Mr Morgan’s decision was robustly challenged by Ron Thompson and Mark Botham of Haven Solicitors, and Mark Lake of Cartwright King Solicitors, acting on behalf of the IOD pensioners concerned.

Pensioners have now heard from Mr Morgan’s solicitors that he, in his role as Police Pension Authority (‘PPA’), accepts that the letters notifying pensioners of his decision to reduce their pensions,

. . . did not sufficiently explain the reasons for the decisions. Further, the decisions should not in the circumstances have had retrospective effect.

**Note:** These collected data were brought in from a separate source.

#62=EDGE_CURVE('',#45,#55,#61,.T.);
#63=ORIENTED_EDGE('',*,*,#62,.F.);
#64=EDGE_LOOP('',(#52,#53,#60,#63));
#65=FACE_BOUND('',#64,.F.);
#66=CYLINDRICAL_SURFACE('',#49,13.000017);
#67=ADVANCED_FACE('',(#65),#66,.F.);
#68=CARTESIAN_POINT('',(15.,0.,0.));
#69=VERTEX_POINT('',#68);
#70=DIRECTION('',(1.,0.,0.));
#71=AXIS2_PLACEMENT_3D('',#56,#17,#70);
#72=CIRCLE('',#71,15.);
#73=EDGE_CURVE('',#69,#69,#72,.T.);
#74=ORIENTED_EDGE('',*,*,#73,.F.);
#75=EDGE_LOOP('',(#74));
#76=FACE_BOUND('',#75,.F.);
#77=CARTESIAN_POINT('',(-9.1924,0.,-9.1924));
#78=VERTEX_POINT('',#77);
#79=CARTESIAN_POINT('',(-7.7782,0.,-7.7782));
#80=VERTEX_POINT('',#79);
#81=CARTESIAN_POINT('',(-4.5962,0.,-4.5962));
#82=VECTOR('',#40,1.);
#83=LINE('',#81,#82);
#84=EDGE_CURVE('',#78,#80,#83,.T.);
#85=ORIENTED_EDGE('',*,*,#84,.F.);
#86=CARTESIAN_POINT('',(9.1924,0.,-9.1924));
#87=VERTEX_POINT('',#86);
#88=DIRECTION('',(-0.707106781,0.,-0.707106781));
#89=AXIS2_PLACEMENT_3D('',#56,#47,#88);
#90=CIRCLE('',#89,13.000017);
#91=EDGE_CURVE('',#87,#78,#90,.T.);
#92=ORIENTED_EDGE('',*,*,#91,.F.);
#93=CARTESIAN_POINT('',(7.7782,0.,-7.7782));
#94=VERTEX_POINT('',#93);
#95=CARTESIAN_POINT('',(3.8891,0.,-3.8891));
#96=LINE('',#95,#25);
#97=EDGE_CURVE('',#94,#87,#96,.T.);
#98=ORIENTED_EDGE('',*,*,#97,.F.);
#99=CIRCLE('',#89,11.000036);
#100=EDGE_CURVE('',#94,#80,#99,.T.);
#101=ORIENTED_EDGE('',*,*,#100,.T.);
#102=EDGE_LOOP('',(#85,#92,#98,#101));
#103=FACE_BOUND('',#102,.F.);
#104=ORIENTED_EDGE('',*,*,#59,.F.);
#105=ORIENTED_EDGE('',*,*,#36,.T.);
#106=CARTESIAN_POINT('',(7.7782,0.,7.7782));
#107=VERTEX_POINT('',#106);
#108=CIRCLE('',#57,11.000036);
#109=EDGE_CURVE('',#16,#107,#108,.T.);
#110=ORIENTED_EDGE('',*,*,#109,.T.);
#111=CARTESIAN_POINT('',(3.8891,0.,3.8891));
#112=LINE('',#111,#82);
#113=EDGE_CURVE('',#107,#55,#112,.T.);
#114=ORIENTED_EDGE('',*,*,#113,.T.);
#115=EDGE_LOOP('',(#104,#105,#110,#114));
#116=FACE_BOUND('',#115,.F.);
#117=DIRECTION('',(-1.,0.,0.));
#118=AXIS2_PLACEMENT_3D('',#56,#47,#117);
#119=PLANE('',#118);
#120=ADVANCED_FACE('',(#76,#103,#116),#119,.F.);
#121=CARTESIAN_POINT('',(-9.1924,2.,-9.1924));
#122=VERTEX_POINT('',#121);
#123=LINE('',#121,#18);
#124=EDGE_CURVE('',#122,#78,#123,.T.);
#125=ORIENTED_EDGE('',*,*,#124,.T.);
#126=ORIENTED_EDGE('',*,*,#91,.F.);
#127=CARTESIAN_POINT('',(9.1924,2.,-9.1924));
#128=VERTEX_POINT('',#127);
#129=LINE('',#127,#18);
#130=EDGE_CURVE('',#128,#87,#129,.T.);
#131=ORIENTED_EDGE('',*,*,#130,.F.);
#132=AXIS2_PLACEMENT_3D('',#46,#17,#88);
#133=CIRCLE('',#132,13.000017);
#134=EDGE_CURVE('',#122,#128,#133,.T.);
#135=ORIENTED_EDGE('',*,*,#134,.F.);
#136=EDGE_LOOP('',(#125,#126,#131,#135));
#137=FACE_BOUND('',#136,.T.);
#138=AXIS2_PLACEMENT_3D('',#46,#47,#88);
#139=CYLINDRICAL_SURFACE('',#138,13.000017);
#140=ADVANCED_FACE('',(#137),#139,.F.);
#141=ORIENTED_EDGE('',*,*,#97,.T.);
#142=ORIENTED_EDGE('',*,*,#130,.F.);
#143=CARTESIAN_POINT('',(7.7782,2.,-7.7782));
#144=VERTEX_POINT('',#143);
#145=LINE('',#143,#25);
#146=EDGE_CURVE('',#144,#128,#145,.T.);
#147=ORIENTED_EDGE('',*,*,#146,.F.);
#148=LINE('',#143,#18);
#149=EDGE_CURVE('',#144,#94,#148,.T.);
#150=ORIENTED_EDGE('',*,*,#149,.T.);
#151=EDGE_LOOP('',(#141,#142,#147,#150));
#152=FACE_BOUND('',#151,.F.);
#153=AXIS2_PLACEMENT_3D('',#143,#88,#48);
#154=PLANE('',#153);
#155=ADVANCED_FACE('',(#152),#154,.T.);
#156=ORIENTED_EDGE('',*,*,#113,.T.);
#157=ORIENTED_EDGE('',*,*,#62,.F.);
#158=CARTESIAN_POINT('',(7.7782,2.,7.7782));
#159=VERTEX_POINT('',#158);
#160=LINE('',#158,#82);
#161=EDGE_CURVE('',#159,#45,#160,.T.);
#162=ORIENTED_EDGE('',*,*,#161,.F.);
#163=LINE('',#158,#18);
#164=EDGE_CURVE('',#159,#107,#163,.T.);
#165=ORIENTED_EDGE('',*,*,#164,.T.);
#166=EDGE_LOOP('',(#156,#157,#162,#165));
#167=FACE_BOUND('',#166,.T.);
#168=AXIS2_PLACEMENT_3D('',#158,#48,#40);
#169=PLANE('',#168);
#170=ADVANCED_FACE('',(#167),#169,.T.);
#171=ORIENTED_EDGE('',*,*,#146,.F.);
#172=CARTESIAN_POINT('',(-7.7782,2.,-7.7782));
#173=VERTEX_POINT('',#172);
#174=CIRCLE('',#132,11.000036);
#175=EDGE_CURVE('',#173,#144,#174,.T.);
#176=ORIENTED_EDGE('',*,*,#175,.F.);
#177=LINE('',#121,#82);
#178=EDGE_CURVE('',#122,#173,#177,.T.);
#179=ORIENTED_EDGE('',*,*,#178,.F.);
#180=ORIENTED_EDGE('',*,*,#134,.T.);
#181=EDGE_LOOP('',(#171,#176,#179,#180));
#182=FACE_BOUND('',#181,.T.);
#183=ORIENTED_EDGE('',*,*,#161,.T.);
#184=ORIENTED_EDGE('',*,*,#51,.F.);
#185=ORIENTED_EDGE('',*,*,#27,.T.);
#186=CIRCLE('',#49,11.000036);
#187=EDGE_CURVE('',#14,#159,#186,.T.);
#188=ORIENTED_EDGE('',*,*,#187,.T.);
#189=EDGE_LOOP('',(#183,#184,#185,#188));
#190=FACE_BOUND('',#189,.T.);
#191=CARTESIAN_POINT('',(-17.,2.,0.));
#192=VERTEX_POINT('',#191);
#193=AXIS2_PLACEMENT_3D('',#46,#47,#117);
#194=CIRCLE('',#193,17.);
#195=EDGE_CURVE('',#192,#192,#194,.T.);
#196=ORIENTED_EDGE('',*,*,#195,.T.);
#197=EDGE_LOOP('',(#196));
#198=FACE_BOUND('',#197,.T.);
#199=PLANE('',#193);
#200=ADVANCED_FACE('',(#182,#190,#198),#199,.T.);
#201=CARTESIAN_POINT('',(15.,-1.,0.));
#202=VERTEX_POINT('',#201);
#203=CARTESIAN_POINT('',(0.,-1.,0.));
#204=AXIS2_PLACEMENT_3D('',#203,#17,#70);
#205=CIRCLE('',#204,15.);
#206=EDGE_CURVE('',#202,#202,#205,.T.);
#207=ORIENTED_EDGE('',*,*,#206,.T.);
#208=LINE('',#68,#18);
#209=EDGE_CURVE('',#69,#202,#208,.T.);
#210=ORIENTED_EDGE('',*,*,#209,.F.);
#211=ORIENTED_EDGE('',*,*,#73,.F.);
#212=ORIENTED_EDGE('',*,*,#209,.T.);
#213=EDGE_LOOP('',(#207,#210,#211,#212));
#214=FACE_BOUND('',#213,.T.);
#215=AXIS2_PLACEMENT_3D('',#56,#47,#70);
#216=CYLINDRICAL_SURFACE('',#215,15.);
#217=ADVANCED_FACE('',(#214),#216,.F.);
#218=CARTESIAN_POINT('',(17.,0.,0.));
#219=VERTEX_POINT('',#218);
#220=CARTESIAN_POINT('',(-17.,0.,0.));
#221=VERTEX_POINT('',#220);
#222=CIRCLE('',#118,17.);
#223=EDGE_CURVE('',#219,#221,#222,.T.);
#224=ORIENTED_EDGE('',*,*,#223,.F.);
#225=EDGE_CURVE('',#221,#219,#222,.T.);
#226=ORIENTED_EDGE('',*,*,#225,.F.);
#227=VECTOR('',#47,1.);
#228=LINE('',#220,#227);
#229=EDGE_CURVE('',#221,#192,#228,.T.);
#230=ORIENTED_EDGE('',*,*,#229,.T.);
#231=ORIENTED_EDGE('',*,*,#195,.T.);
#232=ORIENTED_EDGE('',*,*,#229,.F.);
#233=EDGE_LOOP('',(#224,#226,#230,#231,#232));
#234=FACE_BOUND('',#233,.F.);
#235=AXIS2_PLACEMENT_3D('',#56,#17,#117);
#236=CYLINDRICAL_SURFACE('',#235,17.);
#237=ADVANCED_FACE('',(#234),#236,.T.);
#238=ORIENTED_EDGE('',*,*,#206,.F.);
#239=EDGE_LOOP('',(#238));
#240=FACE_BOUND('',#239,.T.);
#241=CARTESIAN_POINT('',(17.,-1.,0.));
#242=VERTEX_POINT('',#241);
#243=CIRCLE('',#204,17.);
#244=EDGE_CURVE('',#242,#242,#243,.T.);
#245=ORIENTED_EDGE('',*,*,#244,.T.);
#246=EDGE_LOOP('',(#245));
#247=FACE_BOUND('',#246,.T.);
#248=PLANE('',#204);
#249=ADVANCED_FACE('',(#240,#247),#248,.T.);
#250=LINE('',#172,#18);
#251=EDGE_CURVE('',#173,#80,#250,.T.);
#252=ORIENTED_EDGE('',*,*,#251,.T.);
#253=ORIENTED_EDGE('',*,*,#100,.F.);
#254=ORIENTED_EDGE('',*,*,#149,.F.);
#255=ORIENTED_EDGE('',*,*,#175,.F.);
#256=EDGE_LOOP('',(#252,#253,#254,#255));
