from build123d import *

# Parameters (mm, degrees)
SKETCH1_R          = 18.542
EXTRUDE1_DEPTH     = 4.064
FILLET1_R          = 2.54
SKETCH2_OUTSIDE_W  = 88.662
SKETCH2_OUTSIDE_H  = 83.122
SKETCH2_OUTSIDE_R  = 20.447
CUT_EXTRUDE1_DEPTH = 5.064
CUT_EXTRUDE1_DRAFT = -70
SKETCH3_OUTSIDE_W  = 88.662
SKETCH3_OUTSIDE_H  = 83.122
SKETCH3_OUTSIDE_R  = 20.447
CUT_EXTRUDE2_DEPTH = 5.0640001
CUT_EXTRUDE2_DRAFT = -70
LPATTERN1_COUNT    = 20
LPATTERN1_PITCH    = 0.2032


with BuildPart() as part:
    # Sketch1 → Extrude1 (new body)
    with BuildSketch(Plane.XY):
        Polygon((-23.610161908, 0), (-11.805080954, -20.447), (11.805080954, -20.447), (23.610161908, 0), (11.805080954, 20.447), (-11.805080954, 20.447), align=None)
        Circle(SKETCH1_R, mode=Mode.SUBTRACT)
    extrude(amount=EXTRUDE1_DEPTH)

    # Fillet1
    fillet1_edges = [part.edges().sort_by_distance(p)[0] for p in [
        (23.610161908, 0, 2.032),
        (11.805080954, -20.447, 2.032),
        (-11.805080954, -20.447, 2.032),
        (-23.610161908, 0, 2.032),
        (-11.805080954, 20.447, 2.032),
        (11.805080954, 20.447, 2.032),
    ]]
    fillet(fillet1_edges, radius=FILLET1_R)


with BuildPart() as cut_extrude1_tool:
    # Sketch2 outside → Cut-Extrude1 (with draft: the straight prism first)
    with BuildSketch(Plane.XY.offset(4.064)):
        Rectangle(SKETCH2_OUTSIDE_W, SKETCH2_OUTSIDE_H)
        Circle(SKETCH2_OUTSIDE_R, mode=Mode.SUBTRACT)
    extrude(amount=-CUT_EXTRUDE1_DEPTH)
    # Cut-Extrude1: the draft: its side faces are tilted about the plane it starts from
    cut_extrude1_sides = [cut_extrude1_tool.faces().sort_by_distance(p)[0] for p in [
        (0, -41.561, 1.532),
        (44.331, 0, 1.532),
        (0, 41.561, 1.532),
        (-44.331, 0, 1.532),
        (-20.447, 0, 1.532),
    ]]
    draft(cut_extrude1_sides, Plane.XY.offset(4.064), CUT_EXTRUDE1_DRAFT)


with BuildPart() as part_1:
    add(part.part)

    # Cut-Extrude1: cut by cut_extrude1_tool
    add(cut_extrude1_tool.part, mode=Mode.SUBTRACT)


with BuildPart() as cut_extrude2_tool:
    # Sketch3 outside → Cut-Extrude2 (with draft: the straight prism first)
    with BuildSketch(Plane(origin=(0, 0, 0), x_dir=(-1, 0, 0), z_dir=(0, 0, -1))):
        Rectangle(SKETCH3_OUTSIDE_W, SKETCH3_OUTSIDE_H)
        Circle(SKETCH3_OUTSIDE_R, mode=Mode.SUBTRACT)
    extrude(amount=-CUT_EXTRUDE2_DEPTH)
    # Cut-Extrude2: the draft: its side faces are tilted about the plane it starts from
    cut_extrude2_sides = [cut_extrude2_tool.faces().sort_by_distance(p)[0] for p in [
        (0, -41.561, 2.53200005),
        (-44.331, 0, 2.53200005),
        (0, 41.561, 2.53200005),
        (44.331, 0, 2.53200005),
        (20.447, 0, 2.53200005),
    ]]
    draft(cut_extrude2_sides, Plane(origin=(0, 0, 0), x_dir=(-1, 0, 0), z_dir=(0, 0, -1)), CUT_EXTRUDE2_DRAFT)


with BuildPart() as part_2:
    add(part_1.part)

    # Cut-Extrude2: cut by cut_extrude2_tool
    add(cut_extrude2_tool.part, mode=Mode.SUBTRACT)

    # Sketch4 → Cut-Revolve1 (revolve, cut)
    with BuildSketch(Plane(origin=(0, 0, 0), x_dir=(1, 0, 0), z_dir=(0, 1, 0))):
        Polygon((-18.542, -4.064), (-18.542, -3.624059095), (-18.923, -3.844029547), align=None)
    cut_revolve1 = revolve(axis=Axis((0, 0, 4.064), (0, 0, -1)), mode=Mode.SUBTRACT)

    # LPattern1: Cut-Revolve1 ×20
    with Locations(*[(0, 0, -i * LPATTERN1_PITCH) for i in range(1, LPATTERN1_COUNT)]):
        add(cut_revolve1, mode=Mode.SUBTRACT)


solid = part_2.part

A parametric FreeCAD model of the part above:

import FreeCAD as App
import Part
import Sketcher

V = App.Vector
Q = App.Units.Quantity


def edges_at(feature, points):
    """Names of the edges that pass closest to the given points."""
    edges = feature.Shape.Edges
    near = lambda p: min(range(len(edges)), key=lambda i: edges[i].distToShape(Part.Vertex(*p))[0])
    return sorted({f"Edge{near(p) + 1}" for p in points})


def faces_at(feature, points):
    """Names of the faces that lie closest to the given points."""
    faces = feature.Shape.Faces
    near = lambda p: min(range(len(faces)), key=lambda i: faces[i].distToShape(Part.Vertex(*p))[0])
    return sorted({f"Face{near(p) + 1}" for p in points})


def add_polygon(sketch, points):
    """Adds a closed chain of lines whose ends are joined by coincident constraints."""
    first, n = sketch.GeometryCount, len(points)
    for a, b in zip(points, points[1:] + points[:1]):
        sketch.addGeometry(Part.LineSegment(App.Vector(*a, 0), App.Vector(*b, 0)), False)
    for i in range(n):
        sketch.addConstraint(Sketcher.Constraint("Coincident", first + i, 2, first + (i + 1) % n, 1))

doc = App.newDocument("Part")
params = doc.addObject("Spreadsheet::Sheet", "Params")
for row, (alias, value) in enumerate([
    ("sketch1_diameter", "1.46 in"),
    ("pad1_length", "0.16 in"),
    ("fillet_radius", "0.1 in"),
    ("sketch2_diameter", "1.61 in"),
    ("pad2_length", "5.064 mm"),
    ("draft_angle", "70 deg"),
    ("sketch3_diameter", "1.61 in"),
    ("pad3_length", "5.064 mm"),
    ("draft2_angle", "70 deg"),
    ("groove_angle", "360 deg"),
    ("linearpattern_pitch", "0.008 in"),
], start=1):
    params.set(f"A{row}", alias)
    params.set(f"B{row}", "=" + value)
    params.setAlias(f"B{row}", alias)

body = doc.addObject("PartDesign::Body", "Body")

# Sketch on XY plane
sketch1 = doc.addObject("Sketcher::SketchObject", "Sketch")
body.addObject(sketch1)
sketch1.AttachmentSupport = (doc.XY_Plane, [""])
sketch1.MapMode = "FlatFace"
add_polygon(sketch1, [(-24, 0), (-12, -20), (12, -20), (24, 0), (12, 20), (-12, 20)])  # lines 0-5
sketch1.addGeometry(Part.Circle(V(0, 0, 0), V(0, 0, 1), 19), False)  # 6
sketch1.addConstraint([
    Sketcher.Constraint("Horizontal", 1),
    Sketcher.Constraint("Horizontal", 4),
    Sketcher.Constraint("Coincident", 6, 3, -1, 1),
    Sketcher.Constraint("Symmetric", 0, 2, 3, 2, -1, 1),
    Sketcher.Constraint("Symmetric", 2, 2, 5, 2, -1, 1),
    Sketcher.Constraint("PointOnObject", 2, 2, -1),
    Sketcher.Constraint("Parallel", 2, 5),
    Sketcher.Constraint("Vertical", 1, 2, 3, 2),
    Sketcher.Constraint("Diameter", 6, Q("1.46 in")),
    Sketcher.Constraint("Angle", 0, Q("-60 deg")),
    Sketcher.Constraint("DistanceY", 1, 2, 3, 2, Q("1.61 in")),
    Sketcher.Constraint("DistanceX", 1, 1, 1, 2, Q("23.610162 mm")),
])
sketch1.setExpression("Constraints[14]", "Params.sketch1_diameter")
pad1 = doc.addObject("PartDesign::Pad", "Pad")
body.addObject(pad1)
pad1.Profile = sketch1
pad1.setExpression("Length", "Params.pad1_length")
doc.recompute()

fillet = doc.addObject("PartDesign::Fillet", "Fillet")
body.addObject(fillet)
fillet.Base = (pad1, edges_at(pad1, [
    (23.61, 0, 2.032),
    (11.805, -20.447, 2.032),
    (-11.805, -20.447, 2.032),
    (-23.61, 0, 2.032),
    (-11.805, 20.447, 2.032),
    (11.805, 20.447, 2.032),
]))
fillet.setExpression("Radius", "Params.fillet_radius")
body2 = doc.addObject("PartDesign::Body", "Body001")

# Sketch on XY plane
sketch2 = doc.addObject("Sketcher::SketchObject", "Sketch001")
body2.addObject(sketch2)
sketch2.AttachmentSupport = (doc.getObject("XY_Plane001"), [""])
sketch2.MapMode = "FlatFace"
sketch2.AttachmentOffset = App.Placement(V(0, 0, 0.16 * 25.4), App.Rotation())
add_polygon(sketch2, [(-44, 42), (-44, -42), (44, -42), (44, 42)])  # lines 0-3
sketch2.addGeometry(Part.Circle(V(0, 0, 0), V(0, 0, 1), 20), False)  # 4
sketch2.addConstraint([
    Sketcher.Constraint("Vertical", 0),
    Sketcher.Constraint("Horizontal", 1),
    Sketcher.Constraint("Vertical", 2),
    Sketcher.Constraint("Horizontal", 3),
    Sketcher.Constraint("Coincident", 4, 3, -1, 1),
    Sketcher.Constraint("Symmetric", 0, 2, 2, 2, -1, 1),
    Sketcher.Constraint("Diameter", 4, Q("1.61 in")),
    Sketcher.Constraint("DistanceX", 1, 1, 1, 2, Q("88.662 mm")),
    Sketcher.Constraint("DistanceY", 0, 2, 0, 1, Q("83.122 mm")),
])
sketch2.setExpression("Constraints[10]", "Params.sketch2_diameter")
pad2 = doc.addObject("PartDesign::Pad", "Pad001")
body2.addObject(pad2)
pad2.Profile = sketch2
pad2.setExpression("Length", "Params.pad2_length")
pad2.Reversed = True
doc.recompute()

datumplane = doc.addObject("PartDesign::Plane", "DatumPlane")
body2.addObject(datumplane)
datumplane.AttachmentSupport = (doc.getObject("XY_Plane001"), [""])
datumplane.MapMode = "FlatFace"
datumplane.AttachmentOffset = App.Placement(V(0, 0, 0.16 * 25.4), App.Rotation())
draft = doc.addObject("PartDesign::Draft", "Draft")
body2.addObject(draft)
draft.Base = (pad2, faces_at(pad2, [
    (0, -41.561, 1.532),
    (44.331, 0, 1.532),
    (0, 41.561, 1.532),
    (-44.331, 0, 1.532),
    (-20.447, 0, 1.532),
]))
draft.NeutralPlane = (datumplane, [""])
draft.setExpression("Angle", "Params.draft_angle")
draft.Reversed = True
doc.recompute()

boolean = doc.addObject("PartDesign::Boolean", "Boolean")
body.addObject(boolean)
boolean.Type = "Cut"
boolean.addObjects([body2])
body3 = doc.addObject("PartDesign::Body", "Body002")

# Sketch on XY plane
sketch3 = doc.addObject("Sketcher::SketchObject", "Sketch002")
body3.addObject(sketch3)
sketch3.AttachmentSupport = (doc.getObject("XY_Plane002"), [""])
sketch3.MapMode = "FlatFace"
add_polygon(sketch3, [(44, 42), (44, -42), (-44, -42), (-44, 42)])  # lines 0-3
sketch3.addGeometry(Part.Circle(V(0, 0, 0), V(0, 0, 1), 20), False)  # 4
sketch3.addConstraint([
    Sketcher.Constraint("Vertical", 0),
    Sketcher.Constraint("Horizontal", 1),
    Sketcher.Constraint("Vertical", 2),
    Sketcher.Constraint("Horizontal", 3),
    Sketcher.Constraint("Coincident", 4, 3, -1, 1),
    Sketcher.Constraint("Symmetric", 0, 2, 2, 2, -1, 1),
    Sketcher.Constraint("Diameter", 4, Q("1.61 in")),
    Sketcher.Constraint("DistanceX", 1, 2, 1, 1, Q("88.662 mm")),
    Sketcher.Constraint("DistanceY", 0, 2, 0, 1, Q("83.122 mm")),
])
sketch3.setExpression("Constraints[10]", "Params.sketch3_diameter")
pad3 = doc.addObject("PartDesign::Pad", "Pad002")
body3.addObject(pad3)
pad3.Profile = sketch3
pad3.setExpression("Length", "Params.pad3_length")
doc.recompute()

draft2 = doc.addObject("PartDesign::Draft", "Draft001")
body3.addObject(draft2)
draft2.Base = (pad3, faces_at(pad3, [
    (0, -41.561, 2.532),
    (-44.331, 0, 2.532),
    (0, 41.561, 2.532),
    (44.331, 0, 2.532),
    (20.447, 0, 2.532),
]))
draft2.NeutralPlane = (doc.getObject("XY_Plane002"), [""])
draft2.setExpression("Angle", "Params.draft2_angle")
draft2.Reversed = False
doc.recompute()

boolean2 = doc.addObject("PartDesign::Boolean", "Boolean001")
body.addObject(boolean2)
boolean2.Type = "Cut"
boolean2.addObjects([body3])

# Sketch on XZ plane
sketch4 = doc.addObject("Sketcher::SketchObject", "Sketch003")
body.addObject(sketch4)
sketch4.AttachmentSupport = (doc.XZ_Plane, [""])
sketch4.MapMode = "FlatFace"
add_polygon(sketch4, [(-18.54, 4.06), (-18.54, 3.62), (-18.92, 3.84)])  # lines 0-2
sketch4.addConstraint([
    Sketcher.Constraint("Vertical", 0),
    Sketcher.Constraint("Equal", 1, 2),
    Sketcher.Constraint("Angle", 1, Q("150 deg")),
    Sketcher.Constraint("DistanceX", 0, 2, -1, 1, Q("0.73 in")),
    Sketcher.Constraint("DistanceY", -1, 1, 2, 2, Q("0.16 in")),
    Sketcher.Constraint("DistanceX", 1, 2, -1, 1, Q("0.745 in")),
])
groove = doc.addObject("PartDesign::Groove", "Groove")
body.addObject(groove)
groove.Profile = sketch4
groove.ReferenceAxis = (sketch4, ["V_Axis"])
groove.setExpression("Angle", "Params.groove_angle")
doc.recompute()

linearpattern = doc.addObject("PartDesign::LinearPattern", "LinearPattern")
body.addObject(linearpattern)
linearpattern.Originals = [groove]
linearpattern.Direction = (doc.Z_Axis, [""])
linearpattern.Mode = "offset"
linearpattern.setExpression("Offset", "Params.linearpattern_pitch")
linearpattern.Occurrences = 20
linearpattern.Reversed = True
body.Tip = linearpattern

doc.recompute()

Our solicitors have been told that Mr Morgan,

. . . proposes to provide each of the proposed Claimants with further decision letters, containing a fuller explanation of the reasons for the decision taken in each case…


Meanwhile no reductions in injury pensions will be made at this time.

IODPA can not comment in detail on the issue as the legal arguments will be continuing, and may be heading for the Administrative Court should the PPA wish to see his interpretation of regulation 33 tested.

However, we can say that all of the IOD pensioners affected by Mr Morgan’s threats to reduce their injury pensions can now have a peaceful Christmas without the extreme fear that any future decision by CC Morgan will not allow him to backdate any pension payments.